Depuis le début des années 80, on sait que la teneur en CO2 de l’atmosphère terrestre est en grande partie contrôlée par deux processus. D’une part, le dégazage de la Terre solide libère du CO2 dans l’océan et l’atmosphère (en gros, l’ensemble des processus magmatiques). D’autre part, la dissolution des roches silicatées exposées à la surface absorbe progressivement ce CO2, qui retourne à la Terre solide sous la forme de carbonates de calcium ou de magnésium. L’importance relative de ces deux processus dans l’évolution géologique du climat de la Terre est l’objet d’un débat qui divise les chercheurs. D’un côté, on trouve les tenants d’un rôle prépondérant de la source magmatique dont les variations piloteraient le climat, même si il reste extrêmement difficile de reconstruire ces variations. Face à eux se tiennent les tenants du puits par dissolution des roches, qui soutiennent que c’est son efficacité variable au cours du temps qui est le moteur des changements climatiques aux longues échelles de temps. Mais là aussi se dressent de nombreuses difficultés : la dissolution des roches dépend de nombreux facteurs dont certains sont difficiles à contraindre (végétation, configuration paléogéographique, érosion physique,…).

 

Dans une étude qui vient d’être publiée dans la revue Geological Magazine, les chercheurs du GET et du CEREGE proposent un compromis. Cette étude utilise toutes les reconstructions disponibles du dégazage magmatique global pour les derniers 540 millions d’années.

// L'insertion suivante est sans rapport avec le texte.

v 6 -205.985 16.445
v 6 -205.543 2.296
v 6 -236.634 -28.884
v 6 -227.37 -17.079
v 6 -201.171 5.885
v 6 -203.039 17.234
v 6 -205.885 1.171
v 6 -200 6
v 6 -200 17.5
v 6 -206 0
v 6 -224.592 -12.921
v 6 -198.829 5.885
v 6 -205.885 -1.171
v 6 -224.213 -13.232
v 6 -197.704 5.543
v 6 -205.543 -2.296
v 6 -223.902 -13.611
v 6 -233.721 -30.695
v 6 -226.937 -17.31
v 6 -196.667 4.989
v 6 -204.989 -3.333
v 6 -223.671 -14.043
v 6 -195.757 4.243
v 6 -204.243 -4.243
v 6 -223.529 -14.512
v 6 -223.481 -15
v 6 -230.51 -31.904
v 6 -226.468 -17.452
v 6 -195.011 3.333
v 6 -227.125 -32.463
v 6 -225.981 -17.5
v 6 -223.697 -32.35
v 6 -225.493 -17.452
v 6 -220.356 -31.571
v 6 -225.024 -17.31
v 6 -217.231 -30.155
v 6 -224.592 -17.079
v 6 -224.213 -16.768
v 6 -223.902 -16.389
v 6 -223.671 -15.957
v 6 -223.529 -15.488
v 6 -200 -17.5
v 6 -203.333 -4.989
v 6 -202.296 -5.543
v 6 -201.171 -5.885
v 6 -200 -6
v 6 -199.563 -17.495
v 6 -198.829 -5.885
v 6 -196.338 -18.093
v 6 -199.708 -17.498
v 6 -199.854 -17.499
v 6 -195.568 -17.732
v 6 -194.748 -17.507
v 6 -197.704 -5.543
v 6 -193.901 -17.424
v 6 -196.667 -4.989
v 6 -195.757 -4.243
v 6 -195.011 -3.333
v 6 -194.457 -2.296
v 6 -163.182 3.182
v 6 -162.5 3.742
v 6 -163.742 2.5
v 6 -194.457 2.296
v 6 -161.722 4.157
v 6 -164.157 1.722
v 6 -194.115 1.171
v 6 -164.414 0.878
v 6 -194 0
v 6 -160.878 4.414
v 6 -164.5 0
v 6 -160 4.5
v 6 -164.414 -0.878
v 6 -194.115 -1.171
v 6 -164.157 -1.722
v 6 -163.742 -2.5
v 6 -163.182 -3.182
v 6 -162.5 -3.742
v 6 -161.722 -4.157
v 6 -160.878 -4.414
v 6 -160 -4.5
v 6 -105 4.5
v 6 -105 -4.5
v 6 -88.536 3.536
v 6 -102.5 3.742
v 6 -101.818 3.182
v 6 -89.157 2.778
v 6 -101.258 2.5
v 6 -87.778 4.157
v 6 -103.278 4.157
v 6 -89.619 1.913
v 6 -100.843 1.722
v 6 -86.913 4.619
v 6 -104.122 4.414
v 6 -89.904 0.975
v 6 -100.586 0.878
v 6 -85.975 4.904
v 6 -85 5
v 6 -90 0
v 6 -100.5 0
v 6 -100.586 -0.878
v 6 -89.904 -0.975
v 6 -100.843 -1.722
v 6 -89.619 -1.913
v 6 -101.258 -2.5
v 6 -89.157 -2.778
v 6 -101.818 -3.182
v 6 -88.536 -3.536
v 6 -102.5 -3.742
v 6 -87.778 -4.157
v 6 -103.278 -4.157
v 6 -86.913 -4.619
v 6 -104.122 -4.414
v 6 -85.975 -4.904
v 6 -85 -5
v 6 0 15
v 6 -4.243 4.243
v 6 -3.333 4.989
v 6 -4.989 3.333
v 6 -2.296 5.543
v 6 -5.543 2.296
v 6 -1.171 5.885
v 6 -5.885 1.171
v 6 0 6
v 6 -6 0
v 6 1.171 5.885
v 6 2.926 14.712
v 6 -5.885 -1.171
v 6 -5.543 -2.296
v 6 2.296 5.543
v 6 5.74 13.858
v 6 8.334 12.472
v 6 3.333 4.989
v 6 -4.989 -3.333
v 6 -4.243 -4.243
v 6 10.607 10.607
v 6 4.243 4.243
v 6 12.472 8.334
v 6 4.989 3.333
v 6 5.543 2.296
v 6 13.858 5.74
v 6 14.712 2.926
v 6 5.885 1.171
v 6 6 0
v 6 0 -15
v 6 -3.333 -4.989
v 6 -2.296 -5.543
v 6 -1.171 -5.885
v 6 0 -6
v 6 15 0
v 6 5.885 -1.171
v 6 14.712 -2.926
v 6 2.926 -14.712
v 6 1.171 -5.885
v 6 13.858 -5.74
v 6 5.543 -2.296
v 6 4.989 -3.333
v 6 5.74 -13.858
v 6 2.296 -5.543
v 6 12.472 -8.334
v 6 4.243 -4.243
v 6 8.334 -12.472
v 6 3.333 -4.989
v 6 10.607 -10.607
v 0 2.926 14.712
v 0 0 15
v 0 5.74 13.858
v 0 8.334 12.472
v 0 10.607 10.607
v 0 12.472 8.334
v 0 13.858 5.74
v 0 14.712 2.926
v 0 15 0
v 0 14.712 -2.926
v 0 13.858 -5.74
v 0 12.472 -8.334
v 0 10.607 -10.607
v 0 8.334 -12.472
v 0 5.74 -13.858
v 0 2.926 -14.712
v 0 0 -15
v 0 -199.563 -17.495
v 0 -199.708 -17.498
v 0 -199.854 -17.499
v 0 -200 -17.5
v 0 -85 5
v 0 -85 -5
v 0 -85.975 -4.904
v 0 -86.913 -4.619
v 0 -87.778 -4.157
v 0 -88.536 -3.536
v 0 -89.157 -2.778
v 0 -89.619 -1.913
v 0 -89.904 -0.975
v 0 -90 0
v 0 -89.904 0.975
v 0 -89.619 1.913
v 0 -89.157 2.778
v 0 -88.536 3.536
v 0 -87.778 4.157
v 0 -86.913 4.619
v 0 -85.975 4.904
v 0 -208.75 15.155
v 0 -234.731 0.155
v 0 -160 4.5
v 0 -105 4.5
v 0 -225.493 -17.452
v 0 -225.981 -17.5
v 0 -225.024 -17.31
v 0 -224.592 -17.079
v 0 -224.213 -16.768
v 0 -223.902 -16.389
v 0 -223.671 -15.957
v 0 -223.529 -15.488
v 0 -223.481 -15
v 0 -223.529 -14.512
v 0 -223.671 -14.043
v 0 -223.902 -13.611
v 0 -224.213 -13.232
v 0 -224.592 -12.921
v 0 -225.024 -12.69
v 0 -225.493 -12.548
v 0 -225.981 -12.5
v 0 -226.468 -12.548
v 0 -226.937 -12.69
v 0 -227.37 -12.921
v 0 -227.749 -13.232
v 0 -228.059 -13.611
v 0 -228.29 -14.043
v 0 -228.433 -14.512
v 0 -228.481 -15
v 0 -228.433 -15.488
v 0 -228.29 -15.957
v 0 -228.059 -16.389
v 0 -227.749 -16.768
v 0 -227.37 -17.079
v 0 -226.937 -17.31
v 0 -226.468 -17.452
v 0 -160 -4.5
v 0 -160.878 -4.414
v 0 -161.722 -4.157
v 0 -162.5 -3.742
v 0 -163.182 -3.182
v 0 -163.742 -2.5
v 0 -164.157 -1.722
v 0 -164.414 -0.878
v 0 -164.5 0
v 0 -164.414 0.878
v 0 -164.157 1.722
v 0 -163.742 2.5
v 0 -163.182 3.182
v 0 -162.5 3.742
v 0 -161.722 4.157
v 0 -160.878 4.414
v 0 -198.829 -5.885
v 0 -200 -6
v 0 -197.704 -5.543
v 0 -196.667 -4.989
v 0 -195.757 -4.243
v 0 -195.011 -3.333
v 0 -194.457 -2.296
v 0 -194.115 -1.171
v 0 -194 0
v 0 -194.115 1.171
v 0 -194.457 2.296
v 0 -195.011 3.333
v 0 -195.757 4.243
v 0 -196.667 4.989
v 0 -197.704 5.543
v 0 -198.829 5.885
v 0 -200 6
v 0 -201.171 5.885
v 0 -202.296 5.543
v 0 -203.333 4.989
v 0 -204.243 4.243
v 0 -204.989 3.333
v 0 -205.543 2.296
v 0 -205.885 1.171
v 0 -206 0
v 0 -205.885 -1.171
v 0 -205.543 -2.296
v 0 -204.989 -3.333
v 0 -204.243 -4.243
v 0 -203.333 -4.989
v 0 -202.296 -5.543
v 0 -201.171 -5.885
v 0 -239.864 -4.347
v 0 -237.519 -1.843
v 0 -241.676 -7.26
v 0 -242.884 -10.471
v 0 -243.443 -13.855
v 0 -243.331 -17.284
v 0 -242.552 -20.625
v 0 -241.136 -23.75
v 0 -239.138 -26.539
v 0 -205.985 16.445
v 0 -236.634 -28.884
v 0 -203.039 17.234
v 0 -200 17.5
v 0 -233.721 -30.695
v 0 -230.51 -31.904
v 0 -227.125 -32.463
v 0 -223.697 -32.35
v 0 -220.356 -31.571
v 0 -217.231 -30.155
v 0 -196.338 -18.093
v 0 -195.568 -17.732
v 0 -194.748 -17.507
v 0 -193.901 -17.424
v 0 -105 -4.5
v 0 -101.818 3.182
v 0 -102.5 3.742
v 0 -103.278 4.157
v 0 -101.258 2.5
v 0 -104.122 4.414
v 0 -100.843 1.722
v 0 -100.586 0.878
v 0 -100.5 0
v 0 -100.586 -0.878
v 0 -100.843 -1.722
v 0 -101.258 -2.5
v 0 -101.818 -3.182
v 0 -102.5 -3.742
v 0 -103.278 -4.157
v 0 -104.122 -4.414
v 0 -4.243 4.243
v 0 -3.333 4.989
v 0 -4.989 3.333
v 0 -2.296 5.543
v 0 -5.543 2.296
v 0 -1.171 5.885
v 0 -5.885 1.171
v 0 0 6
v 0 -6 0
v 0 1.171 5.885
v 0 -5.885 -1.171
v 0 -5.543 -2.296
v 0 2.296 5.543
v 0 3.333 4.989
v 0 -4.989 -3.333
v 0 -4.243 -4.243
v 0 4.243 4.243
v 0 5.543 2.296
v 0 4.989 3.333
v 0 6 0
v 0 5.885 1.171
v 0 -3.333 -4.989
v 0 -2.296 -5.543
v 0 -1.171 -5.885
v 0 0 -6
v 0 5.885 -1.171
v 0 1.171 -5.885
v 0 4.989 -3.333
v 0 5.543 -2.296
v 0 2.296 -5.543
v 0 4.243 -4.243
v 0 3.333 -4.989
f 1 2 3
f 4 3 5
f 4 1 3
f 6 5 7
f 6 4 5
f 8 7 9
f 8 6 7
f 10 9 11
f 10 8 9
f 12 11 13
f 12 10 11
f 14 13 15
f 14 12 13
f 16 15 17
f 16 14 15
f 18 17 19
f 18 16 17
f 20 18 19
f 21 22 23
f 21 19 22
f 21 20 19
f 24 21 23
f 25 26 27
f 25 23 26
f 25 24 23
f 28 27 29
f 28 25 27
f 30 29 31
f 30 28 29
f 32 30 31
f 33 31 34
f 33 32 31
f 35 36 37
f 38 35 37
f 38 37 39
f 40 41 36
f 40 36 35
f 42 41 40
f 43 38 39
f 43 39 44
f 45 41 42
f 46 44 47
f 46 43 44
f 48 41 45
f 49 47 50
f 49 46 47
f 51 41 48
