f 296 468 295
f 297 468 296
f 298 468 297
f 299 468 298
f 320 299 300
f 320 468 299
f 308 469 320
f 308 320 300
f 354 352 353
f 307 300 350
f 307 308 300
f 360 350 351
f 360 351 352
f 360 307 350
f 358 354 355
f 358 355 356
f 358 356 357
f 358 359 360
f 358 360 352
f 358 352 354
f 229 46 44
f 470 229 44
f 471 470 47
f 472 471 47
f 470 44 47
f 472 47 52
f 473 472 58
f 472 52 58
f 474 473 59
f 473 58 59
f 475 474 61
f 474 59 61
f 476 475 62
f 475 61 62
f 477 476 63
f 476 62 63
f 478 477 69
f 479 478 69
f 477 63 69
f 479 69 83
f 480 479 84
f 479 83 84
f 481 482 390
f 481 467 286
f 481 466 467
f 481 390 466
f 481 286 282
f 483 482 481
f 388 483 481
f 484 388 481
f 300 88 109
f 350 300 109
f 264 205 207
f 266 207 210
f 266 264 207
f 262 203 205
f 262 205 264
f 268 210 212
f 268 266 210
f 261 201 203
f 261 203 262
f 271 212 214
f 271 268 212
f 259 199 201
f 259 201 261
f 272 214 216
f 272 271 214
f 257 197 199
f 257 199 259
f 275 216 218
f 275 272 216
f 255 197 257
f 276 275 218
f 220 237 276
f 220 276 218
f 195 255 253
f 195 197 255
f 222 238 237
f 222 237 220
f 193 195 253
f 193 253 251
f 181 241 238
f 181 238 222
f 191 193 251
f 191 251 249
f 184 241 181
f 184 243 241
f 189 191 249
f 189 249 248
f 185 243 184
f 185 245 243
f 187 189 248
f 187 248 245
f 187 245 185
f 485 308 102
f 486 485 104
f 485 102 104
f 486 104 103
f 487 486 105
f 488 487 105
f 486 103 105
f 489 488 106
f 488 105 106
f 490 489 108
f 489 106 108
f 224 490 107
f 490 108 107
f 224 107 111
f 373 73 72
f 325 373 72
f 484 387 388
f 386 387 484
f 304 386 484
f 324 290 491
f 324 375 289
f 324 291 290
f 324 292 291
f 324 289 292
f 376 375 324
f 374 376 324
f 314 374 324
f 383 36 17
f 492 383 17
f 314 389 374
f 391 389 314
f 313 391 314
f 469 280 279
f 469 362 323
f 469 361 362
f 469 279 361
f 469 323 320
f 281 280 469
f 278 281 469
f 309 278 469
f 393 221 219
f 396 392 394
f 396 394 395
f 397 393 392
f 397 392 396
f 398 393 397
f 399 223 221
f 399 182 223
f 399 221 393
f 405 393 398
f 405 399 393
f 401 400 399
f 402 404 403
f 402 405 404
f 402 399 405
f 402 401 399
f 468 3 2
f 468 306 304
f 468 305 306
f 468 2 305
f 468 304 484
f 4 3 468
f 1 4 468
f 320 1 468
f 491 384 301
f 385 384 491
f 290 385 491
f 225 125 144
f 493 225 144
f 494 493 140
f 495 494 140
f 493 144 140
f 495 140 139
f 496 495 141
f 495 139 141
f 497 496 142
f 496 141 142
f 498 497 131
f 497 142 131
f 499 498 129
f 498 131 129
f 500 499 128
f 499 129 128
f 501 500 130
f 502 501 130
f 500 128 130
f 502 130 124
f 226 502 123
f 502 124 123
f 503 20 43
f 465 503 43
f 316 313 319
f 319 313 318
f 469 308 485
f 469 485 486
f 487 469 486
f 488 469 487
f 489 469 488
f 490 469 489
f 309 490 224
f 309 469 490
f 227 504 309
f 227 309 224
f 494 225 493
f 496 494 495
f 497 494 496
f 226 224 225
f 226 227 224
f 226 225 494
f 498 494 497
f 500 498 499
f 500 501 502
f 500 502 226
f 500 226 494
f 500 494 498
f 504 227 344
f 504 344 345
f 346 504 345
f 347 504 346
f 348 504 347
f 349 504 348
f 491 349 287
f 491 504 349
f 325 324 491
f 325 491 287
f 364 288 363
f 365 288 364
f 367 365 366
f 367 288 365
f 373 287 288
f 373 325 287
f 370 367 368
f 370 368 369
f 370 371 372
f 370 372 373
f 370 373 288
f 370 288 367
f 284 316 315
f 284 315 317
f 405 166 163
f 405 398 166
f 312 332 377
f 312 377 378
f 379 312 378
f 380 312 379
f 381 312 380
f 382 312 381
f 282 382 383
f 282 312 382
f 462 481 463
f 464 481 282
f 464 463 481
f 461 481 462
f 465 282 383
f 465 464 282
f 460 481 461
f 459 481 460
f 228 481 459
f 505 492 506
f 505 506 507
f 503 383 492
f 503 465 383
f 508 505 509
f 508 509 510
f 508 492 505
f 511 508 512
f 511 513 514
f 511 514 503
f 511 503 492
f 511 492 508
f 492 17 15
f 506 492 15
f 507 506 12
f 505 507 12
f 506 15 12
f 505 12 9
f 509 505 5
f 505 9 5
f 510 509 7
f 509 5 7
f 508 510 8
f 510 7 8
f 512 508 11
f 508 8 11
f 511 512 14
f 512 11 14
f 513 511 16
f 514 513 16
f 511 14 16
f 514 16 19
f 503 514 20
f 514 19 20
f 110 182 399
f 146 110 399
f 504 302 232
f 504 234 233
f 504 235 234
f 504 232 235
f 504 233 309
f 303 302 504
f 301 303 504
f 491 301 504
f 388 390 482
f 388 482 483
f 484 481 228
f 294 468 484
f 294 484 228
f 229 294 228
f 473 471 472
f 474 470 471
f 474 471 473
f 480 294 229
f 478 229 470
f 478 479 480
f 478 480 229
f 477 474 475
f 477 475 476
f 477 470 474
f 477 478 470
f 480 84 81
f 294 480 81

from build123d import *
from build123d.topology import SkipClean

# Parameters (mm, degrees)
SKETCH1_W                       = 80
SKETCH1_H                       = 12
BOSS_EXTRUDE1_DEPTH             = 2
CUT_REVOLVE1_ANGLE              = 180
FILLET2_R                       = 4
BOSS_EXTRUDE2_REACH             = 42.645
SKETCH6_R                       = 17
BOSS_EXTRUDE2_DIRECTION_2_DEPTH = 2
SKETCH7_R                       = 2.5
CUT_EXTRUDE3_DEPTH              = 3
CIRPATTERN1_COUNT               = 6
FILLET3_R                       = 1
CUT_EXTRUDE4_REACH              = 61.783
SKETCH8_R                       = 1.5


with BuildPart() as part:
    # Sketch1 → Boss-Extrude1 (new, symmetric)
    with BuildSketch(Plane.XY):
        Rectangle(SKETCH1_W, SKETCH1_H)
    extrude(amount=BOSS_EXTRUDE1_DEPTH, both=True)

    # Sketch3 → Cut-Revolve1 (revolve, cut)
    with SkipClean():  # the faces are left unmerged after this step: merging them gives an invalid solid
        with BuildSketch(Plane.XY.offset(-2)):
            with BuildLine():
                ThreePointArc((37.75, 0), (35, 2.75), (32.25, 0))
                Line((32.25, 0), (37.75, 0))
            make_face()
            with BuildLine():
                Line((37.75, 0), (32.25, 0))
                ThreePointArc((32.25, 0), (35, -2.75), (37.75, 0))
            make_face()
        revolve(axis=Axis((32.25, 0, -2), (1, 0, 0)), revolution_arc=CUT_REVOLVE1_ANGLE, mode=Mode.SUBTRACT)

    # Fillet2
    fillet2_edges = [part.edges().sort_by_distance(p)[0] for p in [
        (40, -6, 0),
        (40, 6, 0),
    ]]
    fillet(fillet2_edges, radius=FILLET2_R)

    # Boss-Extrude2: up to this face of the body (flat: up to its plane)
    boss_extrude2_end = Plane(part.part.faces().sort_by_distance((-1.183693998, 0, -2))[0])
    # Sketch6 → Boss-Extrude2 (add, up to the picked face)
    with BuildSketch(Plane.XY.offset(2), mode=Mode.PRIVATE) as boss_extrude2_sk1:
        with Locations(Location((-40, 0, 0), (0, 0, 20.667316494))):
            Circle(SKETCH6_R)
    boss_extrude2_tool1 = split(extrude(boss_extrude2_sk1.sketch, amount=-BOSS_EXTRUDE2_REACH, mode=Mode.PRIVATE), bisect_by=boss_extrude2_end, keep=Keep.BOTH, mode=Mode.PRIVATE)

Concernant le puits de CO2 par dissolution des roches, les chercheurs se focalisent sur le contrôle exercé par la configuration paléogéographique en utilisant le modèle numérique climat-carbone GEOCLIM. Principal résultat de l’étude : les fluctuations de l’efficacité de la consommation de CO2 par dissolution des roches pilotent le niveau de CO2 de 540 à 350 millions d’années, alors que les changements dans la libération de CO2 d’origine magmatique prennent le relai pour la période allant de 250 millions d’années à aujourd’hui. La période de transition s’étalant de 350 à 250 millions d’années est marquée par le rôle conjoint sur la dissolution de l’assemblage de la Pangée et de la surrection de la chaîne de montagnes hercynienne le long de l’équateur.

Contact

Yves Goddéris

Référence

Yves Goddéris and Yannick Donnadieu. A sink- or a source-driven carbon cycle at the geological timescale ? Relative importance of palaeogeography versus solid Earth degassing rate in the Phanerozoic climatic evolution. Geological Magazine, https://doi.org/10.1017/S0016756817001054, 2017.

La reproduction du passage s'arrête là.